Ciaranm ti avrebbe già ucciso   :Cool: 

 *topper_harley wrote:*   

> LDFLAGS="-Wl,-O1 -Wl,--sort-common -Wl,-Bdirect -Wl,-hashvals -Wl,-zdynsort" 
> 
> CFLAGS="-O2 -march=pentium-m -pipe -fomit-frame-pointer -ftracer" 
> 
> CXXFLAGS="-O2 -march=pentium-m -pipe -fomit-frame-pointer -ftracer -fvisibility-inlines-hidden" 
> ...

 

Bdirect potrebbe dare problemi, hashvals e zdynsort sono deprecati da hash-style (devi usare binutils -*)
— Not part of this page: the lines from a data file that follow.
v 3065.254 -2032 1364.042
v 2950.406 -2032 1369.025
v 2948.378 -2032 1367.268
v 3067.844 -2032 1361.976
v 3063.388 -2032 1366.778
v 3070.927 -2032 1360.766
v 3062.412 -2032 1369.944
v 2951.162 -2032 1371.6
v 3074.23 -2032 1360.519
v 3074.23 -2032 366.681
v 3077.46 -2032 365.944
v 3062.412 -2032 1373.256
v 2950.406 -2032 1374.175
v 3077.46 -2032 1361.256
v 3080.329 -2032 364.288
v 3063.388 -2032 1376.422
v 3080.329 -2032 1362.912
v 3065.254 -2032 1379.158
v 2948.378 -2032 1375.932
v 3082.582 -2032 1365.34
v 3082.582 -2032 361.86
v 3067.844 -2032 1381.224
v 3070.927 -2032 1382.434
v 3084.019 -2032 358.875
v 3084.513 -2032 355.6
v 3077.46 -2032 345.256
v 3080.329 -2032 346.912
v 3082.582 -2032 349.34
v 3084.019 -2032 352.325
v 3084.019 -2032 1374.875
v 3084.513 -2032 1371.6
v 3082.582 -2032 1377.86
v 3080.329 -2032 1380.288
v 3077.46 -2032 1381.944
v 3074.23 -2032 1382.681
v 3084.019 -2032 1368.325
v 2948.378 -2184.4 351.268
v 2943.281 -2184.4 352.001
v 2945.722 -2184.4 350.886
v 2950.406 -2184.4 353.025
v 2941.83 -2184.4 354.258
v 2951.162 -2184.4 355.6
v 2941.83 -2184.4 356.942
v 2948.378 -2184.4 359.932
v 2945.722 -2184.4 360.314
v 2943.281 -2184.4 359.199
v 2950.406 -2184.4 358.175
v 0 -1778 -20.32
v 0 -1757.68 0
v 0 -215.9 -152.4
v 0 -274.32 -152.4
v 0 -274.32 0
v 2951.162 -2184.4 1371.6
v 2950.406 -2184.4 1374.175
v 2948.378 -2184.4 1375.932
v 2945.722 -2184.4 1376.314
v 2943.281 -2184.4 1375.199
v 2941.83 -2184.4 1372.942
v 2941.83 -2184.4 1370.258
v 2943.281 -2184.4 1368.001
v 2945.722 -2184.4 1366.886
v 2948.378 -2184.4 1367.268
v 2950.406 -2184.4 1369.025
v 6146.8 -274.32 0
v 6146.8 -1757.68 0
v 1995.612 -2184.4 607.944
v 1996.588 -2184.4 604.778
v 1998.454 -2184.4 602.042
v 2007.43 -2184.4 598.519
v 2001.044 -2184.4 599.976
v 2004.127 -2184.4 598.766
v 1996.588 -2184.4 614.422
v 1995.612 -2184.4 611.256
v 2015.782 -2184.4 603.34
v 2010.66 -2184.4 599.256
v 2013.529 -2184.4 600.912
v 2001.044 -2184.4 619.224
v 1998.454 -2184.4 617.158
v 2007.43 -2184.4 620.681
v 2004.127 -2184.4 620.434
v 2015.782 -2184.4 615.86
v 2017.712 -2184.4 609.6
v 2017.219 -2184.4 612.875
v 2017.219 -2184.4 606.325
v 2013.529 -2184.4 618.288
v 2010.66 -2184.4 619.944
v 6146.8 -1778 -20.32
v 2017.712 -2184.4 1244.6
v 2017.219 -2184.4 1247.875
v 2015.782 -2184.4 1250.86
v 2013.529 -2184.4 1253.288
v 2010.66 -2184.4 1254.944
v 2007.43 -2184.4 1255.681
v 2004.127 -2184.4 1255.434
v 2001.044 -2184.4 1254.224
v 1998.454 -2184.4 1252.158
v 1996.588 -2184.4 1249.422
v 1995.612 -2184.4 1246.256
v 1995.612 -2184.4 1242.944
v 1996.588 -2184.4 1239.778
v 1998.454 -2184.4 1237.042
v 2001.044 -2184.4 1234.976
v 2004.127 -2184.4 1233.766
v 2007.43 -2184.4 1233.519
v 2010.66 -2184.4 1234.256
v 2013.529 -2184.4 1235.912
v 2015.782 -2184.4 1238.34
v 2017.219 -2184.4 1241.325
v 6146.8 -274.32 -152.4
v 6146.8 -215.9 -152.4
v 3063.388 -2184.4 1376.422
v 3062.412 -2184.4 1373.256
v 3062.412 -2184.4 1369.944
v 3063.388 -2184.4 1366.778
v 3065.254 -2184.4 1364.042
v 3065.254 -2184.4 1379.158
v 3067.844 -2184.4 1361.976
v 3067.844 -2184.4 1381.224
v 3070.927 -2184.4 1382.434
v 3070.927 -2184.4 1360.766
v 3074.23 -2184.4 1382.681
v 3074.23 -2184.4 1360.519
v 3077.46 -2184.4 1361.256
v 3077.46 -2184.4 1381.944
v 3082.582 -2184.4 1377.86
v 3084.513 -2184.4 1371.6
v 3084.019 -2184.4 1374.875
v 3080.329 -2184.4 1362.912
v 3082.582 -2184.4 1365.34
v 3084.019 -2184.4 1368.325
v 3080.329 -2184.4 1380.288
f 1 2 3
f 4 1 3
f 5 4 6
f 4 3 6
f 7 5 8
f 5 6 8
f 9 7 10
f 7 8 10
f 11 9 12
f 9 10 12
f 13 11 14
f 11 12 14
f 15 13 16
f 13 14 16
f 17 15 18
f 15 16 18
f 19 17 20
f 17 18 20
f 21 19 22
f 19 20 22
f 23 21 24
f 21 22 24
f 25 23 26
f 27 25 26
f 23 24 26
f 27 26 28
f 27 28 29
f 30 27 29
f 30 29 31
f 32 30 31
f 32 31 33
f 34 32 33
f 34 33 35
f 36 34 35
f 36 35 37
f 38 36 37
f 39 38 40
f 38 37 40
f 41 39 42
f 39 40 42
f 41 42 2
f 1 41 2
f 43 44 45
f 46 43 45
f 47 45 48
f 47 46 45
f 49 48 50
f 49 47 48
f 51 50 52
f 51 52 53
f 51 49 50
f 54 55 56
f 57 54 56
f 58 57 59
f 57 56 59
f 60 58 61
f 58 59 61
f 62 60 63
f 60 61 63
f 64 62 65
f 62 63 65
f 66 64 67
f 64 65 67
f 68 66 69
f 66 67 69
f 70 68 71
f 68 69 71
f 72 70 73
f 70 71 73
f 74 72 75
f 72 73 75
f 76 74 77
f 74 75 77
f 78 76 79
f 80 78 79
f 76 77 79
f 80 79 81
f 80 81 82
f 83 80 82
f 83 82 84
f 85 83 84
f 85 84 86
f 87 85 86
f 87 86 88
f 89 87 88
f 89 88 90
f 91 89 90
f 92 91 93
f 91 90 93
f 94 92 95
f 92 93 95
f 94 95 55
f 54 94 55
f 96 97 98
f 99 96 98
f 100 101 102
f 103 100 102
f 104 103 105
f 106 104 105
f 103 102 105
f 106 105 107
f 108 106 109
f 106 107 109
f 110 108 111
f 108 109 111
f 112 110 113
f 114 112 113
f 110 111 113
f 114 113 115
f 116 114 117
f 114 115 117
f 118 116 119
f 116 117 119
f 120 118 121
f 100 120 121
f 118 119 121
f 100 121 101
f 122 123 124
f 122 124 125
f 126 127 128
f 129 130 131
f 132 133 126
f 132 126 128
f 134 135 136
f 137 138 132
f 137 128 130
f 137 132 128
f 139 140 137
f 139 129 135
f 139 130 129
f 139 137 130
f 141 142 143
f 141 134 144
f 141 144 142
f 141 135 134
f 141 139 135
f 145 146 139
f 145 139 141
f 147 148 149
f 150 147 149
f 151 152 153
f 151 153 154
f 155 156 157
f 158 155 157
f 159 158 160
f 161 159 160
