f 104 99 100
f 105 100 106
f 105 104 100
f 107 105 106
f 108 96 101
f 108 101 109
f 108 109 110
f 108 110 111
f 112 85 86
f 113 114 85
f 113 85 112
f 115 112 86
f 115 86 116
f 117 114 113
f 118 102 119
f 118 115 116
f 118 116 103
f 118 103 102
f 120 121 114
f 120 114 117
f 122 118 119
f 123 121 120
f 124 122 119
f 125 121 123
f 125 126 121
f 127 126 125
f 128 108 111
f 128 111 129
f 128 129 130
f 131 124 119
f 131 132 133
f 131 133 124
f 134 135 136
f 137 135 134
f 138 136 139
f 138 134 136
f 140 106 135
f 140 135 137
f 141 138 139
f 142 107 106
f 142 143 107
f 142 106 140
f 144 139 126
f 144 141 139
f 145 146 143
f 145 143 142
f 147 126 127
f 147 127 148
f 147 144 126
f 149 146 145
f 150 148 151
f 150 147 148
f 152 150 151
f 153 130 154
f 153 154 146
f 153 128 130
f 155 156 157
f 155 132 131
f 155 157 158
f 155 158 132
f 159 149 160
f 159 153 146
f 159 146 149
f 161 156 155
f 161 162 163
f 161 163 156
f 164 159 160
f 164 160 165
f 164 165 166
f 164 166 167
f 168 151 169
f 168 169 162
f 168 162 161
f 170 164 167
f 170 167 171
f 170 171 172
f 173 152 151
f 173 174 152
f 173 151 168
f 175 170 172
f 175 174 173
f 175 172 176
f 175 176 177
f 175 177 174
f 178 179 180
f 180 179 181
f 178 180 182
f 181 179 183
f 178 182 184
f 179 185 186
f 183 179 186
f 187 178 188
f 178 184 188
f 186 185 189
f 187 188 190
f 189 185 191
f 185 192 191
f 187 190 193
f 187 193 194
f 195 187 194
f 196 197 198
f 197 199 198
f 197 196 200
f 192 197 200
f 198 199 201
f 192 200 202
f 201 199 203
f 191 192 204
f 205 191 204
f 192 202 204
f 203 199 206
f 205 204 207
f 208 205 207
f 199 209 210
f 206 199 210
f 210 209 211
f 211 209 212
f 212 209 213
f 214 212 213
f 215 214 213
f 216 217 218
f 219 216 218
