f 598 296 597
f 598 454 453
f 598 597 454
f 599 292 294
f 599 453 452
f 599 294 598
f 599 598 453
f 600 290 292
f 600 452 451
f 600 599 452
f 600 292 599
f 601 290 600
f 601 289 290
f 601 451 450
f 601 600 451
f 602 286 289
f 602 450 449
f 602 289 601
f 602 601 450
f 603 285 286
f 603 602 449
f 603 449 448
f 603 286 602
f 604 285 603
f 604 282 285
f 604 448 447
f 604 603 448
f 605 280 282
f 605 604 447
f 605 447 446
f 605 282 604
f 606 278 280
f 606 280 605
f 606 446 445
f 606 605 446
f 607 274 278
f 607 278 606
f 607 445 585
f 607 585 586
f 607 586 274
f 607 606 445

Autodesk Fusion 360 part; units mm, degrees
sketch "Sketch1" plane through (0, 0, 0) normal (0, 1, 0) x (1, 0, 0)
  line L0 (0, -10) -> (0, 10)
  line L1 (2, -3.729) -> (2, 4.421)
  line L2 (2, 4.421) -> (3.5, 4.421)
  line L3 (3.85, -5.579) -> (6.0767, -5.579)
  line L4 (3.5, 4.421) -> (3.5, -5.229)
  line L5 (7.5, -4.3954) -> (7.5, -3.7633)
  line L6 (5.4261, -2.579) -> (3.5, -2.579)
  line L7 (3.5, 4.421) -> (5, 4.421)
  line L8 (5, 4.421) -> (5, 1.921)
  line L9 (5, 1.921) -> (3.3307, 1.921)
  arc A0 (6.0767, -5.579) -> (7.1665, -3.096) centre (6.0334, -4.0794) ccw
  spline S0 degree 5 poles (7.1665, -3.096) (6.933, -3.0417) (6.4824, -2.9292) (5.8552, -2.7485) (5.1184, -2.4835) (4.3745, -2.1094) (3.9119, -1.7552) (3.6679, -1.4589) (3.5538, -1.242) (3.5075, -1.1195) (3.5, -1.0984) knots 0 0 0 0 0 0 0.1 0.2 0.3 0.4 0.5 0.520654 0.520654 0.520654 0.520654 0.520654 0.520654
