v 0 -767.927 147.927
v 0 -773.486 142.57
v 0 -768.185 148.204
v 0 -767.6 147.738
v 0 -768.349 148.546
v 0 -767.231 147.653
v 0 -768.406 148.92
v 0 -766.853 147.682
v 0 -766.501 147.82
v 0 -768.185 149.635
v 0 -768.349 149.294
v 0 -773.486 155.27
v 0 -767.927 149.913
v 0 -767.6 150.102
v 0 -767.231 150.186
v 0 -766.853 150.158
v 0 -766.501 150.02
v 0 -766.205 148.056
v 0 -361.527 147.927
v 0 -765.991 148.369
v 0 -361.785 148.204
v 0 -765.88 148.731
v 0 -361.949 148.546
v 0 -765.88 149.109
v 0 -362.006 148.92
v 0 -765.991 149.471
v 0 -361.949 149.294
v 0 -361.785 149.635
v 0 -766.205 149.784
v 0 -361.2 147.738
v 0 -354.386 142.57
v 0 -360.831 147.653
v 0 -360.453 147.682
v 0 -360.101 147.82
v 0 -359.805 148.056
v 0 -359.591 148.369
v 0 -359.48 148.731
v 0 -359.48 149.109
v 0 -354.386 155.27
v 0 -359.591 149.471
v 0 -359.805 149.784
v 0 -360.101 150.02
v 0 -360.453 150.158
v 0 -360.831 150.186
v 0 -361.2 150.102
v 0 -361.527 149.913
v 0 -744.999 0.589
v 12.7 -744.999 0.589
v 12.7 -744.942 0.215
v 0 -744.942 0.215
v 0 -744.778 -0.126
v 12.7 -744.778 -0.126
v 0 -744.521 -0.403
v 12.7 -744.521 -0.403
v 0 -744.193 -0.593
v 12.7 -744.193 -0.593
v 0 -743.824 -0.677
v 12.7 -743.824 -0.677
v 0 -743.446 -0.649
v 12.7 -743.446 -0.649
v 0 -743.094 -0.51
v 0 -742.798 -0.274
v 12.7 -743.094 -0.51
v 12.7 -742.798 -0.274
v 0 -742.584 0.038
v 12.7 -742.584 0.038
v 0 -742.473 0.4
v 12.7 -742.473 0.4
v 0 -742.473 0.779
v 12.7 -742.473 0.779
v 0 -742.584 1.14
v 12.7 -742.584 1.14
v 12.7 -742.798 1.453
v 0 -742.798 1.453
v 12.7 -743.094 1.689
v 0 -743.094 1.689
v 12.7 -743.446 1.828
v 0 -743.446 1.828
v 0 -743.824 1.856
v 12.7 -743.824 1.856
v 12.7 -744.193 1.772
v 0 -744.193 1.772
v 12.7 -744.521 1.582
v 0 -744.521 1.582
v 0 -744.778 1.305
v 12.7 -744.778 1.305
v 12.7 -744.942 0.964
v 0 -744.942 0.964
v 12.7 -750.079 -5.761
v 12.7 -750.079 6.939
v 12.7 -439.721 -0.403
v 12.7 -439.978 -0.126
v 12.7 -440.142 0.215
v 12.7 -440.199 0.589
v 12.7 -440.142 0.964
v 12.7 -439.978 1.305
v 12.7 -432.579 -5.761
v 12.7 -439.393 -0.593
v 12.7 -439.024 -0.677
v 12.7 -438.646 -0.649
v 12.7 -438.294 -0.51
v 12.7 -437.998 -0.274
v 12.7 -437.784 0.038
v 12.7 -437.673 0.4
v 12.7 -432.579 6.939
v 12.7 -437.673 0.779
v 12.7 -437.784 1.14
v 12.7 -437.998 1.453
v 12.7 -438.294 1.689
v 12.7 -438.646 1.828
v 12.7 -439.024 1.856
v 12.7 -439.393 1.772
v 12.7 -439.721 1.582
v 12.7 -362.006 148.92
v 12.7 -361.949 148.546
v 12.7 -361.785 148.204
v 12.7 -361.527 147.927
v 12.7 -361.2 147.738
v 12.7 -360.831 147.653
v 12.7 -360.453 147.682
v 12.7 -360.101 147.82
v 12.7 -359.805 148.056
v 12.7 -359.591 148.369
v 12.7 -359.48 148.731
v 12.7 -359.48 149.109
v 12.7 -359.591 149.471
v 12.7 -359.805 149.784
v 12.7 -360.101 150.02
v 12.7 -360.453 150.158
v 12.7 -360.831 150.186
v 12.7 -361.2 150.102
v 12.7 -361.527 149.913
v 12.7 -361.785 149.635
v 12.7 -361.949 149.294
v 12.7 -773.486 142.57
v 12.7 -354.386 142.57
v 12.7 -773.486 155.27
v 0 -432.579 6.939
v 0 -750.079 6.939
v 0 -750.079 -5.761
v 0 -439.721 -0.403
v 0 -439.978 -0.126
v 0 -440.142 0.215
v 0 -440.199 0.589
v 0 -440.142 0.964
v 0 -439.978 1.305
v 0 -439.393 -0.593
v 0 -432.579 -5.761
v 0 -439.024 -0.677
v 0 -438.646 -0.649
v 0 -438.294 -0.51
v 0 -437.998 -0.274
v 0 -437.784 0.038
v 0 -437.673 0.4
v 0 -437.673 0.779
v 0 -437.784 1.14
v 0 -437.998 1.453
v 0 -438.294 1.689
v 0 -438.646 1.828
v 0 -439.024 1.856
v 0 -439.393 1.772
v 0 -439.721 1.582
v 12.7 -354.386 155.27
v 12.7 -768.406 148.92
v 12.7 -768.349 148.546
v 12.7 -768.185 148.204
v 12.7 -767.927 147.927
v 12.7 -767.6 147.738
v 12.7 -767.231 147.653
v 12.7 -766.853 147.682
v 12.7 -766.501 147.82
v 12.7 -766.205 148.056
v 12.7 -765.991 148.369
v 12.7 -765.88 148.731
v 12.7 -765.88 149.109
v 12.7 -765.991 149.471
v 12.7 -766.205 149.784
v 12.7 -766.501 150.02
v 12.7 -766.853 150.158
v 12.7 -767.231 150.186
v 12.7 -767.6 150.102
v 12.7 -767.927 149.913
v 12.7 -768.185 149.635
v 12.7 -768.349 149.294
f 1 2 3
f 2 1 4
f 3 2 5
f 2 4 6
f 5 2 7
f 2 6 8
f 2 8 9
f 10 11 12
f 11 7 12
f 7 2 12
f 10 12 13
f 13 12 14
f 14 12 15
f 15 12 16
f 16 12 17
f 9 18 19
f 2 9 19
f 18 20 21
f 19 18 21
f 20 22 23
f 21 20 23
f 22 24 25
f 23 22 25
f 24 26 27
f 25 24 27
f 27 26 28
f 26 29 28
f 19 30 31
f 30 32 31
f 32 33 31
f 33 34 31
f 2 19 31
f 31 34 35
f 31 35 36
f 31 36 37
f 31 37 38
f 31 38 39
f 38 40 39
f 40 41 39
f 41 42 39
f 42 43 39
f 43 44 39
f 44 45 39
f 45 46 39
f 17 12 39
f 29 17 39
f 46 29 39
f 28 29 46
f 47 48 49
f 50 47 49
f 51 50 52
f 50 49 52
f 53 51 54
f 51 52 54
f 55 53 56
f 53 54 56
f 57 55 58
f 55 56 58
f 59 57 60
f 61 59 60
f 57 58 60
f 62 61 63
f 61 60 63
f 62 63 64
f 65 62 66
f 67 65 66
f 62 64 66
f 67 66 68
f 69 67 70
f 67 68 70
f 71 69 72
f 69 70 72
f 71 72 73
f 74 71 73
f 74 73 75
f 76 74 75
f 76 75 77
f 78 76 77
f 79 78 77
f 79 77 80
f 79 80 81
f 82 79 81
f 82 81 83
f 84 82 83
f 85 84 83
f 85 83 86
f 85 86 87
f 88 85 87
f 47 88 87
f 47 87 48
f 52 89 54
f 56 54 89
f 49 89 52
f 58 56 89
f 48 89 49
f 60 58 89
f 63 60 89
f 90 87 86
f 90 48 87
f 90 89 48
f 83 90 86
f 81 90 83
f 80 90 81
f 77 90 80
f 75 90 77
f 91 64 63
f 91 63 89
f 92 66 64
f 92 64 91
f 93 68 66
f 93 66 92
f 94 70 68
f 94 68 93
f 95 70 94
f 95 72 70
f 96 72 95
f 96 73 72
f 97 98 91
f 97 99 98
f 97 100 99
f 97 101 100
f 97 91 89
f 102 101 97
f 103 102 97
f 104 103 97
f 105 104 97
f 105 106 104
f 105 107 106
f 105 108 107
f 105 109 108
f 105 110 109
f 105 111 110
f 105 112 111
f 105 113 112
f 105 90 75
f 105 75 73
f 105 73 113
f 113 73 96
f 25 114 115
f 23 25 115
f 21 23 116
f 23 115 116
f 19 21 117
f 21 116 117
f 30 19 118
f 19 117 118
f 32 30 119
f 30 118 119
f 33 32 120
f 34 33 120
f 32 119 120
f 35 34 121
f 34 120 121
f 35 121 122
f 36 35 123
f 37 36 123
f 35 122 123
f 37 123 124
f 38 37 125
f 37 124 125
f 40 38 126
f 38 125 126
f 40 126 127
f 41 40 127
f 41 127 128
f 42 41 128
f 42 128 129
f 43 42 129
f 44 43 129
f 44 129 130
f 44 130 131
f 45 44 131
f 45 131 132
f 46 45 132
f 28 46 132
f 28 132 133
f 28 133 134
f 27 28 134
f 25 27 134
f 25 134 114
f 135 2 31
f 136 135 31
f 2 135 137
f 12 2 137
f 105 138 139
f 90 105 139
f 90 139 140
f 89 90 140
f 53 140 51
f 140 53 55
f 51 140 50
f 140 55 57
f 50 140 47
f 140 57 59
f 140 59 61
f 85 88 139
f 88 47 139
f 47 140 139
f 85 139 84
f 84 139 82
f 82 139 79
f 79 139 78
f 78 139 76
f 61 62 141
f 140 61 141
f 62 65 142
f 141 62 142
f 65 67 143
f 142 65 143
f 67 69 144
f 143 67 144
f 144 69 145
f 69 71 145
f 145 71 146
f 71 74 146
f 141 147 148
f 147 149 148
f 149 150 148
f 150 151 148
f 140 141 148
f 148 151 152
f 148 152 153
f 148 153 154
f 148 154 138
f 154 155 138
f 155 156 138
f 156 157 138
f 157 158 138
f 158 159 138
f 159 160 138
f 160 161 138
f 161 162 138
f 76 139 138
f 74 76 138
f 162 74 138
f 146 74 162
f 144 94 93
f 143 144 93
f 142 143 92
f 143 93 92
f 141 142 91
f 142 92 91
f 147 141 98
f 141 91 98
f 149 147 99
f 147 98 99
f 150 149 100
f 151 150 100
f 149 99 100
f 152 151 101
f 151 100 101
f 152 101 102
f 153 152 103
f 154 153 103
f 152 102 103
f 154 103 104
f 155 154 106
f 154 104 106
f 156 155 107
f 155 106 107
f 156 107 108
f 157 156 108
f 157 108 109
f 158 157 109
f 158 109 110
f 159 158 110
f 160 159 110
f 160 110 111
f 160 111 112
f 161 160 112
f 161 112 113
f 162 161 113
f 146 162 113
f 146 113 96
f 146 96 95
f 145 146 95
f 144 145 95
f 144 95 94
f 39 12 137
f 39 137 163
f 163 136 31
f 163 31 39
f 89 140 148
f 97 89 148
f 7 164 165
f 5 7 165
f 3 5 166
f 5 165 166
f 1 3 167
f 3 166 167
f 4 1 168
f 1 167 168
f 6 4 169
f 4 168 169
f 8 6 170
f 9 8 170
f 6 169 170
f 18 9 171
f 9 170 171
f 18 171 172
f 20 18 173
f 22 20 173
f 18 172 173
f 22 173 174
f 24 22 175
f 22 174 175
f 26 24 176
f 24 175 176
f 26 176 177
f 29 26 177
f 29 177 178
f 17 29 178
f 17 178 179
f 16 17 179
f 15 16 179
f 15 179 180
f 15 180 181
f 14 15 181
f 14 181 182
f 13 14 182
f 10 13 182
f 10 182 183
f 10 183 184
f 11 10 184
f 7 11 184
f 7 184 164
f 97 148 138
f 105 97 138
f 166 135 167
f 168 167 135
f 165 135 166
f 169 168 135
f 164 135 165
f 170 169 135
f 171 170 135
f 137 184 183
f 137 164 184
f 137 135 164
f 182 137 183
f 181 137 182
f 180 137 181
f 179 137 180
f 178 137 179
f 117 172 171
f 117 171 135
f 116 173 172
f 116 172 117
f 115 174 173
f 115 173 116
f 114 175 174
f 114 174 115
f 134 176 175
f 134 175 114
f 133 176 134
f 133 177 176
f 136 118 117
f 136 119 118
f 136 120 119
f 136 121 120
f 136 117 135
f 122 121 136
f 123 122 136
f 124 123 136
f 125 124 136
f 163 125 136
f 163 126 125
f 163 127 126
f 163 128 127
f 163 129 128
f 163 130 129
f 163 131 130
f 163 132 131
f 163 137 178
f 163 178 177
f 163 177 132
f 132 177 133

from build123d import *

# Parameters (mm, degrees)
F0_W     = 419.1
F0_H     = 12.7
F1_DEPTH = 12.7
F0_W_2   = 292.1
F2_D     = 2.54
F3_D     = 2.54
F4_D     = 2.54


with BuildPart() as f1:
    # F0 (on Right) → F1 (new body)
    with BuildSketch(Plane.YZ):
        with Locations((-563.935660553, 148.9198846579)):
            Rectangle(F0_W, F0_H)
    extrude(amount=F1_DEPTH)

    # F2 (through all)
    with Locations(Plane(origin=(0, 0, 0), x_dir=(0, 1, 0), z_dir=(-1, 0, 0))):
        with Locations((-360.735660553, -148.9198846579)):
            Hole(F2_D / 2)

    # F3 (through all)
    with Locations(Plane(origin=(0, 0, 0), x_dir=(0, 1, 0), z_dir=(-1, 0, 0))):
        with Locations((-767.135660553, -148.9198846579)):
            Hole(F3_D / 2)


with BuildPart() as f1b:
    # F0 (on Right) → F1, piece 2 (new body)
    with BuildSketch(Plane.YZ):
        Polygon((-743.7286781311, 0.5894386373), (-750.0786781311, 6.9394386373), (-750.0786781311, -5.7605613627), align=None)
        Polygon((-737.3786781311, 6.9394386373), (-750.0786781311, 6.9394386373), (-743.7286781311, 0.5894386373), align=None)
        with Locations((-591.3286781311, 0.5894386373)):
            Rectangle(F0_W_2, F0_H)
        Polygon((-737.3786781311, -5.7605613627), (-737.3786781311, 6.9394386373), (-743.7286781311, 0.5894386373), align=None)
        Polygon((-743.7286781311, 0.5894386373), (-750.0786781311, -5.7605613627), (-737.3786781311, -5.7605613627), align=None)
        Polygon((-438.9286781311, 0.5894386373), (-445.2786781311, 6.9394386373), (-445.2786781311, -5.7605613627), align=None)
        Polygon((-432.5786781311, 6.9394386373), (-445.2786781311, 6.9394386373), (-438.9286781311, 0.5894386373), align=None)
        Polygon((-432.5786781311, -5.7605613627), (-432.5786781311, 6.9394386373), (-438.9286781311, 0.5894386373), align=None)
        Polygon((-438.9286781311, 0.5894386373), (-445.2786781311, -5.7605613627), (-432.5786781311, -5.7605613627), align=None)
    extrude(amount=F1_DEPTH)

    # F4 (through all)
    with Locations(Plane(origin=(0, 0, 0), x_dir=(0, 1, 0), z_dir=(-1, 0, 0))):
        with Locations((-743.7286781311, -0.5894386373), (-438.9286781311, -0.5894386373)):
            Hole(F4_D / 2)


solid = Compound([f1.part, f1b.part])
ftracer è broken su x86 e da sicuramente problemi

fvisibility-inlines-hidden anche lui da problemi sui programmi non compatibili

LC_ALL non va mai settato a mano, setta solo LANG

p.s. usando MAKEOPTS=-j1 va?

----------

## topper_harley

 *Drizzt Do` Urden wrote:*   

> 
> 
> p.s. usando MAKEOPTS=-j1 va?

 

Purtroppo no.

 *Drizzt Do` Urden wrote:*   

> Ciaranm ti avrebbe già ucciso  
> 
> 

 

Purtroppo quando ho installato gentoo ho seguito un howto non molto attendibile senza sapere bene quello che facevo ma, visto che sembrava funzionare tutto bene non ho più modificato nulla

 *Drizzt Do` Urden wrote:*   

> 
> 
> Bdirect potrebbe dare problemi, hashvals e zdynsort sono deprecati da hash-style (devi usare binutils -*)
> 
> ftracer è broken su x86 e da sicuramente problemi
> ...

 

Potrebbe andare bene così?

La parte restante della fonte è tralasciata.